I reset my location and “moved” to the safest social media state in the world - imartin2k
https://www.wired.com/story/germany-twitter-social-media-trolling/
======
imartin2k
In my eyes, this is a case where no matter from which perspective one
approaches the topic, issues exist. Not doing anything against harassment is a
bad solution. Doing something against it the way Germany does leads to
collateral damage and overreach, which I also have a big problem with. This is
really how freedom in a society dies by a thousand papercuts. I am worried
about this race towards a "minimal common denominator" society where the only
things that are acceptable to express are those that not even a single
individual is taking offense with.
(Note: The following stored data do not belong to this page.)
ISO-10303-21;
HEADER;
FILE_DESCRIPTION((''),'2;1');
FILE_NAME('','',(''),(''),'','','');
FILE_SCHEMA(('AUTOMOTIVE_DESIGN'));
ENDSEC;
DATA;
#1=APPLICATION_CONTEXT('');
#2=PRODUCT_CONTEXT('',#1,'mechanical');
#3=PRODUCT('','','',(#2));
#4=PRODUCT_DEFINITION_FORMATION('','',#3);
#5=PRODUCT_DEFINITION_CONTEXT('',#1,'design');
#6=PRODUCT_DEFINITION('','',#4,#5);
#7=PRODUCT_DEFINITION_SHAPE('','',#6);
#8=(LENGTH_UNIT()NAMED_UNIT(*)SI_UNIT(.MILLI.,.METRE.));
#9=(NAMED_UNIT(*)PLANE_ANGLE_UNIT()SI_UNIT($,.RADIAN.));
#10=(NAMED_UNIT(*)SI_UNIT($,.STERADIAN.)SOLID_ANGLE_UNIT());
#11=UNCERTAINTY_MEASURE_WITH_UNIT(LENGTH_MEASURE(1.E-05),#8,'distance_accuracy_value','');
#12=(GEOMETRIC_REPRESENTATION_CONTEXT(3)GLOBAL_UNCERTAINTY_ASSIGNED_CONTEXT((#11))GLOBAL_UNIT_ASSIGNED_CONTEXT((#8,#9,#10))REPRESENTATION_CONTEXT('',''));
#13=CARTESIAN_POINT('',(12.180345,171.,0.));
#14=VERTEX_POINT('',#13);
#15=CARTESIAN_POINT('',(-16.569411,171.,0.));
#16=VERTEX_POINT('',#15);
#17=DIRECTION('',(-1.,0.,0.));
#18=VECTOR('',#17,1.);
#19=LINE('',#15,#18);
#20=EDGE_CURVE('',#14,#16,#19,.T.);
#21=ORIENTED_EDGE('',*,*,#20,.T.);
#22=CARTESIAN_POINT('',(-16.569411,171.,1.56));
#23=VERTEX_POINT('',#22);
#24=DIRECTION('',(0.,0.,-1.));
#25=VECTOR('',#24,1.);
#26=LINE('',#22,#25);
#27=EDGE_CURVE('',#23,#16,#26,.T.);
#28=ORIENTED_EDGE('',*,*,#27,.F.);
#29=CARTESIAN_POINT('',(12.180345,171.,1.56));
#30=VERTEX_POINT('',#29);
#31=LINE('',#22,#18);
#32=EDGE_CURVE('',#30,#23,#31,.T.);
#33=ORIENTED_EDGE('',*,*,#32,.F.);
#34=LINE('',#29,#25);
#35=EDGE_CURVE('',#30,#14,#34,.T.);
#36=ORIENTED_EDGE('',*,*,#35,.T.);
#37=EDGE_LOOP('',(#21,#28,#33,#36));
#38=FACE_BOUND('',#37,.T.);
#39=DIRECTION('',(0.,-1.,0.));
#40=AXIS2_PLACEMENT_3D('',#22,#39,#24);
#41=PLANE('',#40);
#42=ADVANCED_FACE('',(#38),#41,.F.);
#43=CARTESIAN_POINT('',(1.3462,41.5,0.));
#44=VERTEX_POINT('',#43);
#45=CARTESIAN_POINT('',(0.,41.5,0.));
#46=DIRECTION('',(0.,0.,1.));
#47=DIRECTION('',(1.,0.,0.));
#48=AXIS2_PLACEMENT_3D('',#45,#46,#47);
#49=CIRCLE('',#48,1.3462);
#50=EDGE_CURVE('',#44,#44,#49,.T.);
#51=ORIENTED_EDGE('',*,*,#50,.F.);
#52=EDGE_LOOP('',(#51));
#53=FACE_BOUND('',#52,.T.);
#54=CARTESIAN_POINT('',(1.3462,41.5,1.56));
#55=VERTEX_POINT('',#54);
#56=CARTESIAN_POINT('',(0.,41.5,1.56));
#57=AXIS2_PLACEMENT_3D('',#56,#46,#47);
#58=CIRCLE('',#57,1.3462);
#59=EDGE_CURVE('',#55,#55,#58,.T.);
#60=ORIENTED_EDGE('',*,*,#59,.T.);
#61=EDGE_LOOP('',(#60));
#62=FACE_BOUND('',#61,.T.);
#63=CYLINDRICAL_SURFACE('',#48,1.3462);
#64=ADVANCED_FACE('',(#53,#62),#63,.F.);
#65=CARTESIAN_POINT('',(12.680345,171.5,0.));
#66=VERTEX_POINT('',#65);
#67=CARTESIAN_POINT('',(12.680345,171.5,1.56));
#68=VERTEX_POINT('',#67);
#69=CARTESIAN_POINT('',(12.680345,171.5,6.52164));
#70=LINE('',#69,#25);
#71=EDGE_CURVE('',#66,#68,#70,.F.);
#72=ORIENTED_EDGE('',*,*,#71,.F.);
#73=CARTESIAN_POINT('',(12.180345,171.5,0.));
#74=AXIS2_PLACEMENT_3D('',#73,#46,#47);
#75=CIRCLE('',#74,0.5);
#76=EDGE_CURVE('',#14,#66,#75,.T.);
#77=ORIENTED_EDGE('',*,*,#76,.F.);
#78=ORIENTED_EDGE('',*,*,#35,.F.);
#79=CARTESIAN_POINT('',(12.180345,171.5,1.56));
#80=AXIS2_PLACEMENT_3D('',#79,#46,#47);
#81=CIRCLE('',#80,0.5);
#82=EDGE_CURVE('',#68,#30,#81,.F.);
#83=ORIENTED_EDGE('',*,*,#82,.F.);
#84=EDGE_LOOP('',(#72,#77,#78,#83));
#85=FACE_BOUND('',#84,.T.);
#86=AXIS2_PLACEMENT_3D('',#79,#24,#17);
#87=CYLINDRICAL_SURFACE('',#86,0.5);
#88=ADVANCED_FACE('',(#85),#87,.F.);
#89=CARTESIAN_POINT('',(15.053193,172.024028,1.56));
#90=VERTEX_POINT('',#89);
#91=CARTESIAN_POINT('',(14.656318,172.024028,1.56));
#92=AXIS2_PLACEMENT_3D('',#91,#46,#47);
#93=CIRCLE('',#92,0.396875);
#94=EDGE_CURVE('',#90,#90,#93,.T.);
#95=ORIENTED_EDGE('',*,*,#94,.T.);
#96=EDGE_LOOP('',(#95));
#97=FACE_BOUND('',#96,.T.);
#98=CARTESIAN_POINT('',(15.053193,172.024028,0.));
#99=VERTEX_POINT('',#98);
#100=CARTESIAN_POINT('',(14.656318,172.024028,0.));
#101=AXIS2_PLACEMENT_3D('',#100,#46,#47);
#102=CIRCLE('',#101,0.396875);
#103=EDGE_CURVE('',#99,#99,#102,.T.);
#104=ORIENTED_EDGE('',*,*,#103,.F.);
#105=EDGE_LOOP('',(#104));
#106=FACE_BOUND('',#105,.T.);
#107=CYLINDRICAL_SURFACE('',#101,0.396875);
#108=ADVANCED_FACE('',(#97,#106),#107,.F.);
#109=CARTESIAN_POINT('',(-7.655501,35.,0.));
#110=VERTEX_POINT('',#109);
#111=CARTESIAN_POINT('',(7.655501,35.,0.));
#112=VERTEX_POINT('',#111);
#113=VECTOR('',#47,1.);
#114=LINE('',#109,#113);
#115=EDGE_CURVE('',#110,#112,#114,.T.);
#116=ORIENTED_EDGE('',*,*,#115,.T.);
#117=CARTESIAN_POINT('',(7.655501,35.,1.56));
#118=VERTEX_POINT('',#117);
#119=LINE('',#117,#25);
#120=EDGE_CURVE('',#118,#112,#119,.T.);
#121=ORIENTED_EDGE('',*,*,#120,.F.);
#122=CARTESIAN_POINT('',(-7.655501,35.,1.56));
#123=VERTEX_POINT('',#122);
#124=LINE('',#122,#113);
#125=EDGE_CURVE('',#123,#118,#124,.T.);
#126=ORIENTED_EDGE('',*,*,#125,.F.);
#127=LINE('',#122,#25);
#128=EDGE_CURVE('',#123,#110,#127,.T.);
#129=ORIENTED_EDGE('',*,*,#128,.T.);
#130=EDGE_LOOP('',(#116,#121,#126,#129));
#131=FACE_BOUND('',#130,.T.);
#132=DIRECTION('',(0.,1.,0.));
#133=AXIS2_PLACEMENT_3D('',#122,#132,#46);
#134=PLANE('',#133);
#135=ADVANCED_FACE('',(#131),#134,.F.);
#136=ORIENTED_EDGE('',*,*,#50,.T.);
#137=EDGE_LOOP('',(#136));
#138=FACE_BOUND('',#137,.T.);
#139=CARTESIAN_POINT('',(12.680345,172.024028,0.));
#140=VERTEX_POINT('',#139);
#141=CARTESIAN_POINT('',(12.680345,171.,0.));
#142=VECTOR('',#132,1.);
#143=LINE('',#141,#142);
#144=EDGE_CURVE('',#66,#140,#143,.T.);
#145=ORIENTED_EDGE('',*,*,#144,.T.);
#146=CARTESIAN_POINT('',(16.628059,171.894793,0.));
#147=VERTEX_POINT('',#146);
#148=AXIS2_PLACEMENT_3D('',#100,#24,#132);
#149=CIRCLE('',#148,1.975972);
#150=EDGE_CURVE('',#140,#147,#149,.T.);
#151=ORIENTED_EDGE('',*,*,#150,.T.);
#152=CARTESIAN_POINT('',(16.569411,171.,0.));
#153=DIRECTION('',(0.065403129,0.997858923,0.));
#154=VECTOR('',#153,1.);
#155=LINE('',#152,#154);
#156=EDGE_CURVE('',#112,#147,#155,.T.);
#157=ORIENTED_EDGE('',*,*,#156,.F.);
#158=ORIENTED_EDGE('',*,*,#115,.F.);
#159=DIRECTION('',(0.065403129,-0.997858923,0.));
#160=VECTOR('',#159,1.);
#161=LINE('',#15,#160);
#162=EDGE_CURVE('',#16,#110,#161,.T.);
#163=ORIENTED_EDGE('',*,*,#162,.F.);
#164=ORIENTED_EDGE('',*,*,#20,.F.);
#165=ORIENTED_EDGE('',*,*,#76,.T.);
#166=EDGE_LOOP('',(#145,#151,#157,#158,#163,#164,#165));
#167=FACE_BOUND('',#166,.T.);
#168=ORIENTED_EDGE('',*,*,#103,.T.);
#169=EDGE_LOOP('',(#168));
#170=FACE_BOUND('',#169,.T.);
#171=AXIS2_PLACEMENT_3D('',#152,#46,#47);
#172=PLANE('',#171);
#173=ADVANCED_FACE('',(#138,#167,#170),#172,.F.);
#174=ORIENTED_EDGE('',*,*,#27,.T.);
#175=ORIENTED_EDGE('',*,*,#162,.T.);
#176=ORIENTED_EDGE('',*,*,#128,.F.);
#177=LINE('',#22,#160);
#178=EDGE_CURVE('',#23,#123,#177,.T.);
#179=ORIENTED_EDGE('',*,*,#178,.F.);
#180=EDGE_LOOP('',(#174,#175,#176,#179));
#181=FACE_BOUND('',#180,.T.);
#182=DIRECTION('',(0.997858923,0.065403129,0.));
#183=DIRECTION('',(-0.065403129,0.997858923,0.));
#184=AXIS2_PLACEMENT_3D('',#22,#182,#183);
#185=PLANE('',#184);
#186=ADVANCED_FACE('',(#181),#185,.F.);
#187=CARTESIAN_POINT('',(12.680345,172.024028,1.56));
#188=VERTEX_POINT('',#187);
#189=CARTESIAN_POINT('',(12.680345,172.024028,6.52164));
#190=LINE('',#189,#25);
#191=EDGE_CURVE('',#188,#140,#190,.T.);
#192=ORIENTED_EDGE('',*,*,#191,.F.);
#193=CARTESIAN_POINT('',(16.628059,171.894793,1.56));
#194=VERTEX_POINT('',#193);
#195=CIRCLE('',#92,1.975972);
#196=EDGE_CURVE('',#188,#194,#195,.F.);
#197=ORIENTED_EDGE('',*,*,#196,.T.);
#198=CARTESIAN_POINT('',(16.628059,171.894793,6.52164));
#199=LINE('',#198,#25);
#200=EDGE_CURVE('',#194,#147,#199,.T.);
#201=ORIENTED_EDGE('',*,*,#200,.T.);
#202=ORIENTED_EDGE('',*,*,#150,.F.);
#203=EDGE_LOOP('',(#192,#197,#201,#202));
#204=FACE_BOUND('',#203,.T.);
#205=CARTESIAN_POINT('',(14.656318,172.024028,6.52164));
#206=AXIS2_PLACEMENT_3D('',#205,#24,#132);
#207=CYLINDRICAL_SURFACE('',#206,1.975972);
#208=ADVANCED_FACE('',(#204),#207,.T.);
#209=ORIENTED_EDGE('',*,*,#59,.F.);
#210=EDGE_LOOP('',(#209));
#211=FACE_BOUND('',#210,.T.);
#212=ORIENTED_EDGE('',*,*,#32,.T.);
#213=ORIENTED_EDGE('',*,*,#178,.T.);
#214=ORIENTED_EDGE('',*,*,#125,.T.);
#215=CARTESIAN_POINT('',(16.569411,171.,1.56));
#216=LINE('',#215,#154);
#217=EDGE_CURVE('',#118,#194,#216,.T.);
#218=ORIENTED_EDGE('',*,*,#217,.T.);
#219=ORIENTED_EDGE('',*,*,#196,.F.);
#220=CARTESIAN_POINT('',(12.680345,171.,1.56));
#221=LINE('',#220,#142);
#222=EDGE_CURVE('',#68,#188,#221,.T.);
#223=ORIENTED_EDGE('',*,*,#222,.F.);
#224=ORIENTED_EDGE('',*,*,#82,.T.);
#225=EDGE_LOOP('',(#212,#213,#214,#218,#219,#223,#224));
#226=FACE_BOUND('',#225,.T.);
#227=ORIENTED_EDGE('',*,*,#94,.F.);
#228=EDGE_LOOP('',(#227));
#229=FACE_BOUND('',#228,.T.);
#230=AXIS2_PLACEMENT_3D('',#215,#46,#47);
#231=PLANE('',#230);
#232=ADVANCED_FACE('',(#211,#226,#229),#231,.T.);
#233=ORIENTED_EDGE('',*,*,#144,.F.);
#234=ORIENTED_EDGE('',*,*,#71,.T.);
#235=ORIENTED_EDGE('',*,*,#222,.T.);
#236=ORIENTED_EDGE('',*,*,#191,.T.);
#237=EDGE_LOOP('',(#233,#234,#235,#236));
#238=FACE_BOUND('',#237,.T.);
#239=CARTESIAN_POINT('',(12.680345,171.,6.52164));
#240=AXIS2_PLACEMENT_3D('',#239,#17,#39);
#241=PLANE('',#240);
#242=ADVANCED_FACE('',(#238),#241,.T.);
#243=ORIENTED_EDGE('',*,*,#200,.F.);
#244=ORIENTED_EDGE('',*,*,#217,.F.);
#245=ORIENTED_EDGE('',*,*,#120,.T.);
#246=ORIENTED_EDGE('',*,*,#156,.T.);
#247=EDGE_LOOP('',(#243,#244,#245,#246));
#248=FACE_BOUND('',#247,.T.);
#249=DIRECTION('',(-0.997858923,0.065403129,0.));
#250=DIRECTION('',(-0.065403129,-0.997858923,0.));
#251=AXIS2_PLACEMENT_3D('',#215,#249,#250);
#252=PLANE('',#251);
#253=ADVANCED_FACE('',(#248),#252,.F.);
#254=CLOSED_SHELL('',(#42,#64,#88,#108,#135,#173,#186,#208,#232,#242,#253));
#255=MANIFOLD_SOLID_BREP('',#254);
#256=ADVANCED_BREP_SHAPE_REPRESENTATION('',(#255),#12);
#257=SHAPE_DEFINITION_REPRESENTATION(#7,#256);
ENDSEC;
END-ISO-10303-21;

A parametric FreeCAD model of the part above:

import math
import FreeCAD as App
import Part
import Sketcher
Q = App.Units.Quantity


def edges_at(feature, points):
    """Names of the edges that pass closest to the given points."""
    edges = feature.Shape.Edges
    near = lambda p: min(range(len(edges)), key=lambda i: edges[i].distToShape(Part.Vertex(*p))[0])
    return sorted({f"Edge{near(p) + 1}" for p in points})


def add_polygon(sketch, points):
    """Adds a closed chain of lines whose ends are joined by coincident constraints."""
    first, n = sketch.GeometryCount, len(points)
    for a, b in zip(points, points[1:] + points[:1]):
        sketch.addGeometry(Part.LineSegment(App.Vector(*a, 0), App.Vector(*b, 0)), False)
    for i in range(n):
        sketch.addConstraint(Sketcher.Constraint("Coincident", first + i, 2, first + (i + 1) % n, 1))

doc = App.newDocument("Part")
params = doc.addObject("Spreadsheet::Sheet", "Params")
for row, (alias, value) in enumerate([
    ("pad1_length", "1.56 mm"),
    ("sketch2_diameter", "0.106 in"),
    ("pad2_length", "1.56 mm"),
    ("fillet_radius", "0.5 mm"),
    ("sketch4_diameter", "0.03125 in"),
], start=1):
    params.set(f"A{row}", alias)
    params.set(f"B{row}", "=" + value)
    params.setAlias(f"B{row}", alias)

body = doc.addObject("PartDesign::Body", "Body")

sketch1 = body.newObject("Sketcher::SketchObject", "Sketch")
sketch1.AttachmentSupport = (doc.getObject("XY_Plane"), [""])
sketch1.MapMode = "FlatFace"
add_polygon(sketch1, [(-7.655501, 35), (7.655501, 35), (16.569411, 171), (-16.569411, 171)])
sketch1.addConstraint([
    Sketcher.Constraint("Horizontal", 0),
    Sketcher.Constraint("Horizontal", 2),
    Sketcher.Constraint("Equal", 1, 3),
    Sketcher.Constraint("Angle", 1, Q("86.25 deg")),
    Sketcher.Constraint("DistanceX", 0, 1, 0, 2, Q("15.311001 mm")),
    Sketcher.Constraint("DistanceX", -1, 1, 0, 2, Q("7.655501 mm")),
    Sketcher.Constraint("DistanceY", -1, 1, 0, 2, Q("35 mm")),
    Sketcher.Constraint("DistanceY", -1, 1, 1, 2, Q("171 mm")),
])
pad1 = body.newObject("PartDesign::Pad", "Pad")
pad1.Profile = sketch1
pad1.setExpression("Length", "Params.pad1_length")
Which in a highly fragmented,
individualized society characterized by identity politics hardly exist
anymore.

On a more general terms, people should just give up on Twitter. It's simply a
shitty service that was nice to have at some point in the past, and now it's a
source and force of misery, endless outrage and tribalism. The first few
days/weeks of cold turkey are hard. Then it becomes easier and easier, and
mental peace emerges.

------
mankash666
I'm sorry but this is denial. There's an even better solution - quit Twitter
and you'll never have to face the fact that Nazis exist.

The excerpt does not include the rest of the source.